Собеседники говорили по-румынски, последнюю же фразу Эмиль произнес по-французски и с нажимом, какой обычно появлется от несдержанности в общении с пьяным. Выйдя в балконную дверь, он встал у перил с видом на несколько сомнительное редколесье округи. Был тот час сумерек, когда небо этих широт принимает неописуемый оттенок синего, напоминающий ощущение еще не просроченной жизненной полноты. Вдали, где темная лесостепь поднималась, коробясь, к невидимым предгорьям Катскильских гор, шел то исчезая в холмах, то появляясь, поезд, и теперь оба они глядели в сторону огней.

"Как же бесприютно!" Эмиль произнес это тихо, почти мысленно, как бы поджидая, не окажется ли фраза надуманной, или не пропадет ли сама, как поезд среди холмов. "Здесь всегда было так... тоскливо?"

"Что?"

"Печально".

"Это и есть дом", сказал Бенджамен. "В дальнем ящичке валяются две катушки ниток, в одной из них игла.
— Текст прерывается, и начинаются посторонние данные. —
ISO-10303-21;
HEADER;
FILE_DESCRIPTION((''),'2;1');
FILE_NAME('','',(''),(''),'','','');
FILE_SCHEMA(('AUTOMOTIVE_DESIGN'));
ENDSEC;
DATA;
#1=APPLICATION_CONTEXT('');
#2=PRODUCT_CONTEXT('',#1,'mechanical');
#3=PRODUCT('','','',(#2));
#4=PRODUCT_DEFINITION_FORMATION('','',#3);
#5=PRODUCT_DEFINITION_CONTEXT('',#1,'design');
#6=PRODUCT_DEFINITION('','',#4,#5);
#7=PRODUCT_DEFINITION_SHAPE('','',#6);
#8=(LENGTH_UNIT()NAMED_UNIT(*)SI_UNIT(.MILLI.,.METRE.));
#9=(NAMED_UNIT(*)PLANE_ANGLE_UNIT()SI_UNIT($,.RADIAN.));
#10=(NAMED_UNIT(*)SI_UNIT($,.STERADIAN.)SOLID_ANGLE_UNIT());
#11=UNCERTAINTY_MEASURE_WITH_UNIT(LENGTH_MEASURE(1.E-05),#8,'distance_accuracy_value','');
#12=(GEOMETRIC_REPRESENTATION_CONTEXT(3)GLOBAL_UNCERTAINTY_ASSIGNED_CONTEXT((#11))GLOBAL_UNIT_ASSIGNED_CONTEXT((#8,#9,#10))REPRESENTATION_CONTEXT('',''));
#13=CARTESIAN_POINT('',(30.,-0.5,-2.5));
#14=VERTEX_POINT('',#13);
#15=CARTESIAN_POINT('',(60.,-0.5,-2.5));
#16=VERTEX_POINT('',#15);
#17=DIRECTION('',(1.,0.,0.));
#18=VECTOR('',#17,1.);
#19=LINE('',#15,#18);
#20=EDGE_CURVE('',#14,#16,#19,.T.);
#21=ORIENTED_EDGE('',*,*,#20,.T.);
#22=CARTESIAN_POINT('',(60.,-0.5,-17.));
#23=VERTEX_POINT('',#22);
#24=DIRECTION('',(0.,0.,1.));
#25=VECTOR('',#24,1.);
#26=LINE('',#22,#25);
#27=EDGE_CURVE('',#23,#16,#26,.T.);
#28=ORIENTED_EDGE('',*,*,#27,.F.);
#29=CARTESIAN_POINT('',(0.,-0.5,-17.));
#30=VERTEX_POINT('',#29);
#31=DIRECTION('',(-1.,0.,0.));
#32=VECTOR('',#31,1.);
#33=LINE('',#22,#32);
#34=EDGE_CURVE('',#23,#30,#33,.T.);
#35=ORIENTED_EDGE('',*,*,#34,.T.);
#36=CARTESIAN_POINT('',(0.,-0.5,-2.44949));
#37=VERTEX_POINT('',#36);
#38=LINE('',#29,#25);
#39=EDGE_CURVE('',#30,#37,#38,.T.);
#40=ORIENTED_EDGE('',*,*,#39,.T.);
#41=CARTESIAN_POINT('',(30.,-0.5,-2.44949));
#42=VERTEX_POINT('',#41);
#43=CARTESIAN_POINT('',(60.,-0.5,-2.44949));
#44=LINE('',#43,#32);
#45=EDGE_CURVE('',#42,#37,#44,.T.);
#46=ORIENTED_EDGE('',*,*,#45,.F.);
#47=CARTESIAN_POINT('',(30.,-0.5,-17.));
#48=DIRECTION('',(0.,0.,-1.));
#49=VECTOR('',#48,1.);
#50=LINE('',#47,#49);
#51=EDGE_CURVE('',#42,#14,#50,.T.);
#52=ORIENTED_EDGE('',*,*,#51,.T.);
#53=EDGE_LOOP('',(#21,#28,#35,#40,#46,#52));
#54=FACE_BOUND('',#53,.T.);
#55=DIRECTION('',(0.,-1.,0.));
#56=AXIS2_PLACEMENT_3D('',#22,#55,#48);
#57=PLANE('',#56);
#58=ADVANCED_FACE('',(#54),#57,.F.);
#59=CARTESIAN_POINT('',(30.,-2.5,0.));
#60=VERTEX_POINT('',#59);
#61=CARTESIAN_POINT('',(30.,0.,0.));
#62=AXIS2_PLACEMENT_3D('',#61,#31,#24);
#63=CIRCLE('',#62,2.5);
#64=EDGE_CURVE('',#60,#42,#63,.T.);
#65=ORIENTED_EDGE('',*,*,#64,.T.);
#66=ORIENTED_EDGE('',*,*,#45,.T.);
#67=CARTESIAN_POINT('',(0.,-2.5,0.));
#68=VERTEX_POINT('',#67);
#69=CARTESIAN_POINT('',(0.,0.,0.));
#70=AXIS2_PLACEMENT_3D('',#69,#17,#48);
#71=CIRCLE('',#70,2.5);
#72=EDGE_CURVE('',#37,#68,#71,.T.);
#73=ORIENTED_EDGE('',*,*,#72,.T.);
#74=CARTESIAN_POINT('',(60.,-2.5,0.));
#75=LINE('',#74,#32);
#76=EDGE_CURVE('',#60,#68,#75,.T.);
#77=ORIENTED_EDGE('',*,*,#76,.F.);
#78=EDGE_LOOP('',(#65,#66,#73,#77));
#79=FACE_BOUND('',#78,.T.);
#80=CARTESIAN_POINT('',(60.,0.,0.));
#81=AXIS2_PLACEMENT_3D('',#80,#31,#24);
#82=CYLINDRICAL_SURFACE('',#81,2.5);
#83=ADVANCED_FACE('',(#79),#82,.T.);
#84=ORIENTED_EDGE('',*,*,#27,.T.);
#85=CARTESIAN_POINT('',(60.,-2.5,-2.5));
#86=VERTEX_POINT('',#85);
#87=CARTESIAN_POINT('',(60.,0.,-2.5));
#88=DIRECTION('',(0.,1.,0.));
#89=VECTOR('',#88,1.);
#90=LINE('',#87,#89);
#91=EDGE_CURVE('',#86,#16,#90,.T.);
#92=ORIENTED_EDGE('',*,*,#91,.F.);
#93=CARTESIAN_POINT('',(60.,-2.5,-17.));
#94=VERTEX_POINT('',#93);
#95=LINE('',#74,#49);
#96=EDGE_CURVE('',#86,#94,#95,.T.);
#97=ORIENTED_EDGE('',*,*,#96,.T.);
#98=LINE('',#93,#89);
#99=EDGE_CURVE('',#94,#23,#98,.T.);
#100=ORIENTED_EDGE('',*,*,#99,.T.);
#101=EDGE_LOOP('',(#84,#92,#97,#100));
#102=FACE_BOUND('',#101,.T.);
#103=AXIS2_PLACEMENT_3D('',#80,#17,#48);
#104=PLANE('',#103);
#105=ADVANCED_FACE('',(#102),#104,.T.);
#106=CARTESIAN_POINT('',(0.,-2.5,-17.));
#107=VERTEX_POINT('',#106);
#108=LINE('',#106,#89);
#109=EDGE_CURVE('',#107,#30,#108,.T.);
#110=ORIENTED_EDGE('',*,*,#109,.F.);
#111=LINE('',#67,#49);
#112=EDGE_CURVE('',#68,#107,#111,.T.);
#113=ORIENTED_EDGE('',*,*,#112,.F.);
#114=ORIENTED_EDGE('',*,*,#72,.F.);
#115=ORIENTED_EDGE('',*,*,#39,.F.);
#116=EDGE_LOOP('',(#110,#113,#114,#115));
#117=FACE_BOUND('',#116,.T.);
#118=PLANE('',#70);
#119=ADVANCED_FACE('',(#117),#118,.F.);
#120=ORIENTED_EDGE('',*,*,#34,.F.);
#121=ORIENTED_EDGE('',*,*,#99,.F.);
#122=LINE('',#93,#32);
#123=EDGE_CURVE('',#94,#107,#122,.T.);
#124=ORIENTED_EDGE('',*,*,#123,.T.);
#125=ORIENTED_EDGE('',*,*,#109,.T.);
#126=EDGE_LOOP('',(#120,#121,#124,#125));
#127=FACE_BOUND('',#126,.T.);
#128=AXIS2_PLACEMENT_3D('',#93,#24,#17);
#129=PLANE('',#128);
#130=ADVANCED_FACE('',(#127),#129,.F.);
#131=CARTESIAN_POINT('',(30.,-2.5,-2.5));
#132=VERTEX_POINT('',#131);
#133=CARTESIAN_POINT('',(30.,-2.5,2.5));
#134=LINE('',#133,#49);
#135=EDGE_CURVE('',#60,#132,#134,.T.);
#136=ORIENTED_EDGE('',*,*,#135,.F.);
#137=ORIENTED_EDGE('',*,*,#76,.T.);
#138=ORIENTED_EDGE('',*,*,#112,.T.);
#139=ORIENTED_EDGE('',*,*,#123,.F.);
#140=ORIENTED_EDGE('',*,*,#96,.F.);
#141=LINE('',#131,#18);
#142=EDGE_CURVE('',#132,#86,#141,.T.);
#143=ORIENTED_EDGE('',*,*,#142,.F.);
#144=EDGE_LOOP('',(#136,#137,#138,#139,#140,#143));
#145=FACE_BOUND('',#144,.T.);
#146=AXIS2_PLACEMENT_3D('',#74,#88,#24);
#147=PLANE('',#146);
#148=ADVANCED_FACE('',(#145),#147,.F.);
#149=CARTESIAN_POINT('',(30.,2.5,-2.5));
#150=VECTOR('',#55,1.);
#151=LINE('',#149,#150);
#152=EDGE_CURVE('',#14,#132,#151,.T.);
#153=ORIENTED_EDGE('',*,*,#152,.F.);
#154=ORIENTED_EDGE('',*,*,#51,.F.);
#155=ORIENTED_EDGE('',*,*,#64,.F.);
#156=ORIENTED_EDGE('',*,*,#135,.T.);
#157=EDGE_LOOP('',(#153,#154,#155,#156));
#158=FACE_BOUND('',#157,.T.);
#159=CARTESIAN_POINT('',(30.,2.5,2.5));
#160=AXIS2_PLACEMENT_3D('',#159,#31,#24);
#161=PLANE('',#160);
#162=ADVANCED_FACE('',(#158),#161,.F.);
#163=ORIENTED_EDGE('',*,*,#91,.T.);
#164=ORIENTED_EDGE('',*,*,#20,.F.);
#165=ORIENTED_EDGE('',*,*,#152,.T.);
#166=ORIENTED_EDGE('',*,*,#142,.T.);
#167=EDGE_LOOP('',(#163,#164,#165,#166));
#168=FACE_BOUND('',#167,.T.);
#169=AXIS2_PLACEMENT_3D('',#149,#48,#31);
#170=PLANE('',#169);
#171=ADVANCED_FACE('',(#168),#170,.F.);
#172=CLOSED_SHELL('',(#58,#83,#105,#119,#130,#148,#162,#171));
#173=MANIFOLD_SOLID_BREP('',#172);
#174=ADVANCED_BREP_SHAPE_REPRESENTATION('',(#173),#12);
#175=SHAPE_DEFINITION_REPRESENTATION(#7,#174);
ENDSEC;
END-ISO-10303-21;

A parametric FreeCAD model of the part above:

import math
import FreeCAD as App
import Part
import Sketcher

V = App.Vector
Q = App.Units.Quantity


def add_polygon(sketch, points):
    """Adds a closed chain of lines whose ends are joined by coincident constraints."""
    first, n = sketch.GeometryCount, len(points)
    for a, b in zip(points, points[1:] + points[:1]):
        sketch.addGeometry(Part.LineSegment(App.Vector(*a, 0), App.Vector(*b, 0)), False)
    for i in range(n):
        sketch.addConstraint(Sketcher.Constraint("Coincident", first + i, 2, first + (i + 1) % n, 1))

doc = App.newDocument("Part")
params = doc.addObject("Spreadsheet::Sheet", "Params")
for row, (alias, value) in enumerate([
    ("sketch1_radius", "2.5 mm"),
    ("sketch1_width", "2 mm"),
    ("sketch1_height", "17 mm"),
    ("pad1_length", "60 mm"),
    ("sketch2_height", "5 mm"),
], start=1):
    params.set(f"A{row}", alias)
    params.set(f"B{row}", "=" + value)
    params.setAlias(f"B{row}", alias)

body = doc.addObject("PartDesign::Body", "Body")

# Sketch on YZ plane
sketch1 = body.newObject("Sketcher::SketchObject", "Sketch")
sketch1.AttachmentSupport = (doc.getObject("YZ_Plane"), [""])
sketch1.MapMode = "FlatFace"
sketch1.addGeometry([
    Part.LineSegment(V(-2.5, 0, 0), V(-2.5, -17, 0)),
    Part.LineSegment(V(-2.5, -17, 0), V(-0.5, -17, 0)),
    Part.LineSegment(V(-0.5, -17, 0), V(-0.5, -2.4, 0)),
    Part.ArcOfCircle(Part.Circle(V(0, 0, 0), V(0, 0, 1), 2.5), math.radians(-102), math.radians(180)),
], False)
sketch1.addConstraint([
    Sketcher.Constraint("Coincident", 0, 2, 1, 1),
    Sketcher.Constraint("Coincident", 1, 2, 2, 1),
    Sketcher.Constraint("Coincident", 2, 2, 3, 1),
    Sketcher.Constraint("Tangent", 3, 2, 0, 1),
    Sketcher.Constraint("Vertical", 0),
    Sketcher.Constraint("Horizontal", 1),
    Sketcher.Constraint("Vertical", 2),
    Sketcher.Constraint("Coincident", 3, 3, -1, 1),
    Sketcher.Constraint("Radius", 3, Q("2.5 mm")),
    Sketcher.Constraint("DistanceX", 1, 1, 1, 2, Q("2 mm")),
    Sketcher.Constraint("DistanceY", 0, 2, 0, 1, Q("17 mm")),
])
sketch1.setExpression("Constraints[8]", "Params.sketch1_radius")
sketch1.setExpression("Constraints[9]", "Params.sketch1_width")
sketch1.setExpression("Constraints[10]", "Params.sketch1_height")
pad1 = body.newObject("PartDesign::Pad", "Pad")
pad1.Profile = sketch1
pad1.setExpression("Length", "Params.pad1_length")

# Sketch on XZ plane
sketch2 = body.newObject("Sketcher::SketchObject", "Sketch001")
sketch2.AttachmentSupport = (doc.getObject("XZ_Plane"), [""])
sketch2.MapMode = "FlatFace"
sketch2.AttachmentOffset = App.Placement(V(0, 0, 2.5), App.Rotation())
add_polygon(sketch2, [(30, 2), (30, -2), (62, -2), (62, 2)])  # lines 0-3
sketch2.addConstraint([
    Sketcher.Constraint("Vertical", 0),
    Sketcher.Constraint("Horizontal", 1),
    Sketcher.Constraint("Vertical", 2),
    Sketcher.Constraint("Horizontal", 3),
    Sketcher.Constraint("DistanceY", 0, 2, 0, 1, Q("5 mm")),
    Sketcher.Constraint("DistanceX", -1, 1, 0, 2, Q("30 mm")),
    Sketcher.Constraint("DistanceY", 0, 2, -1, 1, Q("2.5 mm")),
    Sketcher.Constraint("DistanceX", 1, 1, 1, 2, Q("31.691445 mm")),
])
sketch2.setExpression("Constraints[8]", "Params.sketch2_height")
pocket1 = body.newObject("PartDesign::Pocket", "Pocket")
pocket1.Profile = sketch2
pocket1.Type = "ThroughAll"

doc.recompute()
Пять старых сломанных авторучек. Письмо из дирекции рыбнадзора вашему дедушке по поводу уплаты членских взносов. Что еще? Немного рассыпанной гречневой крупы. Мятый клочок бумаги, крупными каракулями выведено: куплю молока, к семи не жди. Ржавый бритвенный станок. Пустая пачка из-под сигарет, подклеившаяся к ней почтовая марка. Дом, который построил Джек".

"К черту", сказал Эмиль.

"Было время, мы собирались по субботам на палубе у Чорбы, и там Эмилия, тезка ваша, как-то подсела ко мне. Кажется, кто-то привел ее с собой. И вот она говорит: "Милый, тебе срочно надо менять друзей. С этими мне не продать твои мемуары".

"К черту", повторил Эмиль.

"Два последующих года мы жили с ней здесь, пока я не нашел ее труп в ванной комнате. В городе поговаривали, что она слишком много пила. Даже для нью-джерсийской домохозяйки. Такие дела. Тоска ее заразила меня юношеством, как старческим гриппом. Вспомните наш кружок середины двадцатых в Бухаресте. В городе, где тоска есть жизненное поприще и призвание, без предвзятости, вне предмета привязанности. Когда мы тоскуем, Эмиль, мы тоскуем по полноте такой тоски".

"Что-то было в записке?"

"В записке? Какой записке? Ах, да, в записке. В записке было: я одинока. Как лай собак".

Оба всматривались вслед удаляющемуся поезду, этому союзу живых. Молча условившись удержать его в поле зрения, продолжали они следить за его огнями до тех пор, пока нарастающий фон земли окончательно не поглотил и огни, и их самих и дом, на балконе которого они стояли.